Geopolitical tensions surged as the United States and Iran exchanged military strikes, with Iran’s Islamic Revolutionary Guard Corps (IRGC) confirming attacks on US military bases in retaliation for earlier US strikes near Bandar Abbas airport. This marks the second US attack this week, targeting Iranian boats and missile sites, and has reignited concerns over stability in the Gulf region [1][2][4]. Kuwait authorities also reported intercepting hostile drone and missile attacks, further highlighting the regional escalation [2].

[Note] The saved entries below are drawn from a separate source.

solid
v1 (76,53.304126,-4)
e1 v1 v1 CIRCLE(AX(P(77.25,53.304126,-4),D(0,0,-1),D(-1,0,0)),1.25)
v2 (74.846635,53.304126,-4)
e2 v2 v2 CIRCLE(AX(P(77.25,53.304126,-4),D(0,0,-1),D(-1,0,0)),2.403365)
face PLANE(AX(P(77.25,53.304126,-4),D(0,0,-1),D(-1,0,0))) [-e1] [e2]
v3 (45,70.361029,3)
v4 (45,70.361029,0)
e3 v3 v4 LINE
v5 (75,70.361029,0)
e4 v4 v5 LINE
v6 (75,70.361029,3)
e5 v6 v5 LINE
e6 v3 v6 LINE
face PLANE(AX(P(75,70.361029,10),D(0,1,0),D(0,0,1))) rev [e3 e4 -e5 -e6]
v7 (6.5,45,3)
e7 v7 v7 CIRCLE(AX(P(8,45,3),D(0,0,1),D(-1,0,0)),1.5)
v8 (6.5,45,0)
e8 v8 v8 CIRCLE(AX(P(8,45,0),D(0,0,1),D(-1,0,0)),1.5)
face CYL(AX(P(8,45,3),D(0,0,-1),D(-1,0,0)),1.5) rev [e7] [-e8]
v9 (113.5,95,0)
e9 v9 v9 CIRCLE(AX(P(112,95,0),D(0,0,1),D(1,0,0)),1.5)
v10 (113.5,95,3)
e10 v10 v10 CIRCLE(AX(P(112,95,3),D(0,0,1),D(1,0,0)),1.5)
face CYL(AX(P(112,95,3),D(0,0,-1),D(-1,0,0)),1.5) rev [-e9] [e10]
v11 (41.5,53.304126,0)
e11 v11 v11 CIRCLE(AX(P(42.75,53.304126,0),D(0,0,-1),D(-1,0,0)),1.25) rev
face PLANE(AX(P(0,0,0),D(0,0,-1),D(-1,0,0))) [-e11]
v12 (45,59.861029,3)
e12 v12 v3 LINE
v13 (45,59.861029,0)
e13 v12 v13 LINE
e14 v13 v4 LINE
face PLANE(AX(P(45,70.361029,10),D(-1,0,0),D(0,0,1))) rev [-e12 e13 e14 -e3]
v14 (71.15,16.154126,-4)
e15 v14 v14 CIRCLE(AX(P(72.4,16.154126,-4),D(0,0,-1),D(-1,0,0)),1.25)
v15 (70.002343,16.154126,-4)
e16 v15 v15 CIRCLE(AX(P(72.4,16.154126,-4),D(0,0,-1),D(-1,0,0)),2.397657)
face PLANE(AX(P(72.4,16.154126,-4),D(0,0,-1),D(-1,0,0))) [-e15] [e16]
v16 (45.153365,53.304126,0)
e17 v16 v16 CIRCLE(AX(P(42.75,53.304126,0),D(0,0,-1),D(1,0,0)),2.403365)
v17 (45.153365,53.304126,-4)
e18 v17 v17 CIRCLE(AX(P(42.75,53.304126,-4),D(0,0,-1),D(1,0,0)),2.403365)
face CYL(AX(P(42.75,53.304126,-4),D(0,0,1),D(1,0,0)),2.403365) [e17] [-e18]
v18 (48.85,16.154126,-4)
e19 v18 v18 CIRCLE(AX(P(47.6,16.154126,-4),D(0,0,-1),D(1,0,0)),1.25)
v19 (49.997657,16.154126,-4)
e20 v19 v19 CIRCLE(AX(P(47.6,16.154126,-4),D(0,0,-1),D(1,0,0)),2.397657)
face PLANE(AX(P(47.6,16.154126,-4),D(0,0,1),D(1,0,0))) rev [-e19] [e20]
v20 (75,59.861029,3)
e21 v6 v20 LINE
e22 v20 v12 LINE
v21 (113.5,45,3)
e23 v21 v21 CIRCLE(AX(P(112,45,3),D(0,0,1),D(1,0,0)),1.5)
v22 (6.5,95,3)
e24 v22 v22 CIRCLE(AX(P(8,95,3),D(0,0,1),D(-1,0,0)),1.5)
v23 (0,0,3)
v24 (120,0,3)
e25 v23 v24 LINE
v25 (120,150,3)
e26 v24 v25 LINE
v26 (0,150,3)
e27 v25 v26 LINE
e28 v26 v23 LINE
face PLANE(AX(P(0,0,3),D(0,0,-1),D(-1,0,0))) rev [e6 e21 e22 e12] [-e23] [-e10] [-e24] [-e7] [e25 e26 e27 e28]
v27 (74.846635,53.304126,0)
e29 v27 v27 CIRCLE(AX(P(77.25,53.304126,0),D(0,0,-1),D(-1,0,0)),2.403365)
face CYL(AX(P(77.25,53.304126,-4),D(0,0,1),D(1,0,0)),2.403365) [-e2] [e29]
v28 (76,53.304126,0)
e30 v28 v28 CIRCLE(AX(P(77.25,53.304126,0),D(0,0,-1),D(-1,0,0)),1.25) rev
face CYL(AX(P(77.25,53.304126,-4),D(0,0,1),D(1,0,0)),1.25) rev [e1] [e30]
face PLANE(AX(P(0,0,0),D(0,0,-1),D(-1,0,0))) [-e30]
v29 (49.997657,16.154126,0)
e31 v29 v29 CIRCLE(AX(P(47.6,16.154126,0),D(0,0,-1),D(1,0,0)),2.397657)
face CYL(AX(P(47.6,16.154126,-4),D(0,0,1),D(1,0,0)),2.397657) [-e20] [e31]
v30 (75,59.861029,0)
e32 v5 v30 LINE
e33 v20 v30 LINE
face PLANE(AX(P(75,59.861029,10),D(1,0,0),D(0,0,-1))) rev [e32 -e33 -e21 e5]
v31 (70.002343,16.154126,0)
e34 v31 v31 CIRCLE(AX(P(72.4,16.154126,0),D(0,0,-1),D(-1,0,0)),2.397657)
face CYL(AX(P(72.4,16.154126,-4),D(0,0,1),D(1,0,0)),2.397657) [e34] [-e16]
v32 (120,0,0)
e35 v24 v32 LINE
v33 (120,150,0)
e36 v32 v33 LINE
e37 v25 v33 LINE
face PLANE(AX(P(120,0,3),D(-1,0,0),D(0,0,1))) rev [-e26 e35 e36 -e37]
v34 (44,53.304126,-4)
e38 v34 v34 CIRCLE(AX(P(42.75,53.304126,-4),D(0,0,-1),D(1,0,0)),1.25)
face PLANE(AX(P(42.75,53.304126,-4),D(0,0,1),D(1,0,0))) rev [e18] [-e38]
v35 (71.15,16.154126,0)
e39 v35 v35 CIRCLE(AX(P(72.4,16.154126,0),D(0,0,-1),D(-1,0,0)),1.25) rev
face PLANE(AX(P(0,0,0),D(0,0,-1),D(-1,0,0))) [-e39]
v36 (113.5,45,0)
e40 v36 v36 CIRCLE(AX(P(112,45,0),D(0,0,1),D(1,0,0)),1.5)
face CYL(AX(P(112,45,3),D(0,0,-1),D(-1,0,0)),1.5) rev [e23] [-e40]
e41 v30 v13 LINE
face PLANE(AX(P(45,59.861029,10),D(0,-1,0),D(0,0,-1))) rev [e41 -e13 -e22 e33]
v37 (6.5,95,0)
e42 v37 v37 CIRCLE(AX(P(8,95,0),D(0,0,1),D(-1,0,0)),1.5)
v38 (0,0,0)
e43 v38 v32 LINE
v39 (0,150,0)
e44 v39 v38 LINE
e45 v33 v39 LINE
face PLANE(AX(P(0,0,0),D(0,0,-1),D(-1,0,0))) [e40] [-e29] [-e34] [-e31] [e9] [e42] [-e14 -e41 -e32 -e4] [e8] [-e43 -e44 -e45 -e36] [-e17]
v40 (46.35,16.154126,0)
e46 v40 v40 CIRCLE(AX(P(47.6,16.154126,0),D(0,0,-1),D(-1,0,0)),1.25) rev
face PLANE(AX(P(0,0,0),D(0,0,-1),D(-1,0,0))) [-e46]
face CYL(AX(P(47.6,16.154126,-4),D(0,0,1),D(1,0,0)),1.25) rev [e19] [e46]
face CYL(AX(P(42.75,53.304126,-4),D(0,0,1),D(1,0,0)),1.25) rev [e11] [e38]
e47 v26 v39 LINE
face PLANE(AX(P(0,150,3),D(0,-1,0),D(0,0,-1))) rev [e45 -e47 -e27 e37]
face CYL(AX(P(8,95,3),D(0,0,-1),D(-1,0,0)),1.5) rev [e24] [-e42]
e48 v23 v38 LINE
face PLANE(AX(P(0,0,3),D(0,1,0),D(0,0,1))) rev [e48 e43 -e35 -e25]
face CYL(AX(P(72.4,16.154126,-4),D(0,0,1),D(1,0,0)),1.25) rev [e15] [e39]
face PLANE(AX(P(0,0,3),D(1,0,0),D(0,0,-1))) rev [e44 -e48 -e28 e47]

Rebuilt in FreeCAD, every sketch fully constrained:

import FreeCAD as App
import Part
import Sketcher
from FreeCAD import Vector
Q = App.Units.Quantity

doc = App.newDocument("Part")
body = doc.addObject("PartDesign::Body", "Body")

# Sketch on XY plane
sketch1 = body.newObject("Sketcher::SketchObject", "Sketch")
sketch1.AttachmentSupport = (doc.getObject("XY_Plane"), [""])
sketch1.MapMode = "FlatFace"
sketch1.addGeometry(Part.LineSegment(Vector(0, 150, 0), Vector(0, 0, 0)), False)
sketch1.addGeometry(Part.LineSegment(Vector(0, 0, 0), Vector(120, 0, 0)), False)
sketch1.addGeometry(Part.LineSegment(Vector(120, 0, 0), Vector(120, 150, 0)), False)
sketch1.addGeometry(Part.LineSegment(Vector(120, 150, 0), Vector(0, 150, 0)), False)
sketch1.addGeometry(Part.Circle(Vector(8, 45, 0), Vector(0, 0, 1), 1.5), False)
sketch1.addGeometry(Part.Circle(Vector(112, 45, 0), Vector(0, 0, 1), 1.5), False)
sketch1.addGeometry(Part.Circle(Vector(8, 95, 0), Vector(0, 0, 1), 1.5), False)
sketch1.addGeometry(Part.Circle(Vector(112, 95, 0), Vector(0, 0, 1), 1.5), False)
sketch1.addConstraint(Sketcher.Constraint("Coincident", 0, 2, 1, 1))
sketch1.addConstraint(Sketcher.Constraint("Coincident", 1, 2, 2, 1))
sketch1.addConstraint(Sketcher.Constraint("Coincident", 2, 2, 3, 1))
sketch1.addConstraint(Sketcher.Constraint("Coincident", 3, 2, 0, 1))
sketch1.addConstraint(Sketcher.Constraint("Vertical", 0))
sketch1.addConstraint(Sketcher.Constraint("Horizontal", 1))
sketch1.addConstraint(Sketcher.Constraint("Vertical", 2))
sketch1.addConstraint(Sketcher.Constraint("Horizontal", 3))
sketch1.addConstraint(Sketcher.Constraint("Coincident", 0, 2, -1, 1))
sketch1.addConstraint(Sketcher.Constraint("Equal", 4, 5))
sketch1.addConstraint(Sketcher.Constraint("Equal", 5, 6))
sketch1.addConstraint(Sketcher.Constraint("Equal", 6, 7))
sketch1.addConstraint(Sketcher.Constraint("Horizontal", 4, 3, 5, 3))
sketch1.addConstraint(Sketcher.Constraint("Horizontal", 6, 3, 7, 3))
sketch1.addConstraint(Sketcher.Constraint("Vertical", 4, 3, 6, 3))
sketch1.addConstraint(Sketcher.Constraint("Vertical", 5, 3, 7, 3))
sketch1.addConstraint(Sketcher.Constraint("Diameter", 4, Q("3 mm")))
sketch1.addConstraint(Sketcher.Constraint("DistanceX", 1, 1, 1, 2, Q("120 mm")))
sketch1.addConstraint(Sketcher.Constraint("DistanceY", 0, 2, 0, 1, Q("150 mm")))
sketch1.addConstraint(Sketcher.Constraint("DistanceX", -1, 1, 4, 3, Q("8 mm")))
sketch1.addConstraint(Sketcher.Constraint("DistanceY", -1, 1, 4, 3, Q("45 mm")))
sketch1.addConstraint(Sketcher.Constraint("DistanceX", -1, 1, 5, 3, Q("112 mm")))
sketch1.addConstraint(Sketcher.Constraint("DistanceY", -1, 1, 6, 3, Q("95 mm")))
pad1 = body.newObject("PartDesign::Pad", "Pad")
pad1.Profile = sketch1
pad1.Length = 3

# Sketch on XY plane
sketch2 = body.newObject("Sketcher::SketchObject", "Sketch001")
sketch2.AttachmentSupport = (doc.getObject("XY_Plane"), [""])
sketch2.MapMode = "FlatFace"
sketch2.addGeometry(Part.Circle(Vector(42.8, 53.3, 0), Vector(0, 0, 1), 2.4), False)
sketch2.addGeometry(Part.Circle(Vector(42.8, 53.3, 0), Vector(0, 0, 1), 1.2), False)
sketch2.addGeometry(Part.Circle(Vector(47.6, 16.2, 0), Vector(0, 0, 1), 2.4), False)
sketch2.addGeometry(Part.Circle(Vector(47.6, 16.2, 0), Vector(0, 0, 1), 1.2), False)
sketch2.addGeometry(Part.Circle(Vector(72.4, 16.2, 0), Vector(0, 0, 1), 2.4), False)
sketch2.addGeometry(Part.Circle(Vector(72.4, 16.2, 0), Vector(0, 0, 1), 1.2), False)
sketch2.addGeometry(Part.Circle(Vector(77.2, 53.3, 0), Vector(0, 0, 1), 2.4), False)
sketch2.addGeometry(Part.Circle(Vector(77.2, 53.3, 0), Vector(0, 0, 1), 1.2), False)
sketch2.addConstraint(Sketcher.Constraint("Coincident", 1, 3, 0, 3))
sketch2.addConstraint(Sketcher.Constraint("Coincident", 3, 3, 2, 3))
sketch2.addConstraint(Sketcher.Constraint("Coincident", 5, 3, 4, 3))
sketch2.addConstraint(Sketcher.Constraint("Coincident", 7, 3, 6, 3))
sketch2.addConstraint(Sketcher.Constraint("Equal", 1, 3))
sketch2.addConstraint(Sketcher.Constraint("Equal", 2, 4))
sketch2.addConstraint(Sketcher.Constraint("Equal", 3, 5))
sketch2.addConstraint(Sketcher.Constraint("Equal", 0, 6))
sketch2.addConstraint(Sketcher.Constraint("Equal", 5, 7))
sketch2.addConstraint(Sketcher.Constraint("Horizontal", 3, 3, 4, 3))
sketch2.addConstraint(Sketcher.Constraint("Horizontal", 1, 3, 6, 3))
sketch2.addConstraint(Sketcher.Constraint("Diameter", 1, Q("2.5 mm")))
sketch2.addConstraint(Sketcher.Constraint("DistanceX", -1, 1, 2, 3, Q("47.6 mm")))
sketch2.addConstraint(Sketcher.Constraint("DistanceX", -1, 1, 4, 3, Q("72.4 mm")))
sketch2.addConstraint(Sketcher.Constraint("DistanceX", 0, 3, 6, 3, Q("34.5 mm")))
sketch2.addConstraint(Sketcher.Constraint("Diameter", 0, Q("4.806731 mm")))
sketch2.addConstraint(Sketcher.Constraint("DistanceX", -1, 1, 0, 3, Q("42.75 mm")))
sketch2.addConstraint(Sketcher.Constraint("DistanceY", 2, 3, 0, 3, Q("37.15 mm")))
sketch2.addConstraint(Sketcher.Constraint("Diameter", 2, Q("4.795313 mm")))
sketch2.addConstraint(Sketcher.Constraint("DistanceY", -1, 1, 0, 3, Q("53.304126 mm")))
pad2 = body.newObject("PartDesign::Pad", "Pad001")
pad2.Profile = sketch2
pad2.Length = 4
pad2.Reversed = True

# Sketch on XY plane
sketch3 = body.newObject("Sketcher::SketchObject", "Sketch002")
sketch3.AttachmentSupport = (doc.getObject("XY_Plane"), [""])
sketch3.MapMode = "FlatFace"
sketch3.addGeometry(Part.LineSegment(Vector(75, 70, 0), Vector(75, 60, 0)), False)
sketch3.addGeometry(Part.LineSegment(Vector(75, 60, 0), Vector(45, 60, 0)), False)
sketch3.addGeometry(Part.LineSegment(Vector(45, 60, 0), Vector(45, 70, 0)), False)
sketch3.addGeometry(Part.LineSegment(Vector(45, 70, 0), Vector(75, 70, 0)), False)
sketch3.addConstraint(Sketcher.Constraint("Coincident", 0, 2, 1, 1))
sketch3.addConstraint(Sketcher.Constraint("Coincident", 1, 2, 2, 1))
sketch3.addConstraint(Sketcher.Constraint("Coincident", 2, 2, 3, 1))
sketch3.addConstraint(Sketcher.Constraint("Coincident", 3, 2, 0, 1))
sketch3.addConstraint(Sketcher.Constraint("Vertical", 0))
sketch3.addConstraint(Sketcher.Constraint("Horizontal", 1))
sketch3.addConstraint(Sketcher.Constraint("Vertical", 2))
sketch3.addConstraint(Sketcher.Constraint("Horizontal", 3))
sketch3.addConstraint(Sketcher.Constraint("DistanceX", 1, 2, 1, 1, Q("30 mm")))
sketch3.addConstraint(Sketcher.Constraint("DistanceY", 0, 2, 0, 1, Q("10.5 mm")))
sketch3.addConstraint(Sketcher.Constraint("DistanceX", -1, 1, 0, 2, Q("75 mm")))
sketch3.addConstraint(Sketcher.Constraint("DistanceY", -1, 1, 0, 2, Q("59.861029 mm")))
pocket1 = body.newObject("PartDesign::Pocket", "Pocket")
pocket1.Profile = sketch3
pocket1.Length = 10
pocket1.Reversed = True

doc.recompute()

The British Pound (GBP) initially fell against the US Dollar (USD), reaching an intraday low of 1.3367, but later rebounded to near 1.3400 during the European session. However, the recovery is seen as fragile due to ongoing Middle East conflicts. UK gilt yields mirrored this volatility, recovering to 4.87% from a low of 4.81% after a weak opening, while traders have reduced expectations for a near-term Bank of England (BoE) rate hike amid weakening UK economic data [1].
The Euro (EUR) traded flat against the Pound, with EUR/GBP bulls unable to sustain gains above 0.8660 after a 0.4% rally in the previous two days. The common currency’s speculative demand faltered as market sentiment soured and oil prices jumped in response to the US-Iran escalation. Futures markets are pricing a 91% chance of a European Central Bank (ECB) rate hike at the June 11 meeting, while the BoE is not expected to tighten policy soon. ECB Chief Economist Philip Lane warned that inflationary consequences from the US-Iran conflict could outlast the hostilities, emphasizing the need to anchor inflation expectations [2].
In the US, Commerzbank’s Michael Pfister noted that if negotiations with Iran fail, market focus will shift to key US economic data releases, including the second estimate of Q1 GDP and PCE inflation readings. Recent hawkish rhetoric from Federal Open Market Committee (FOMC) members has raised expectations for further US rate hikes, but these expectations hinge on solid growth and inflation data. A disappointment in these figures could quickly reverse rate hike bets and weaken the US Dollar [3].
Elsewhere, the EUR/JPY cross lost momentum near 185.10 as safe-haven demand for the Japanese Yen increased following the US-Iran conflict escalation. Technical analysis indicates a mild bullish bias for EUR/JPY, with resistance at 185.65 and support at 184.70 and 184.40 [4]. Meanwhile, EUR/USD closed nearly unchanged at 1.1624, with analysts at UOB noting a mild downside bias but expecting the pair to remain rangebound between 1.1590 and 1.1685 in the near term [5].
CONCLUSION
The renewed US-Iran hostilities have injected significant volatility into global currency and bond markets, with safe-haven flows supporting the Japanese Yen and US Dollar, while the British Pound and Euro remain under pressure. Central bank policy expectations are diverging, and upcoming US economic data will be critical in shaping market direction. Overall, the market impact is high, with sentiment skewed negative amid persistent geopolitical risks.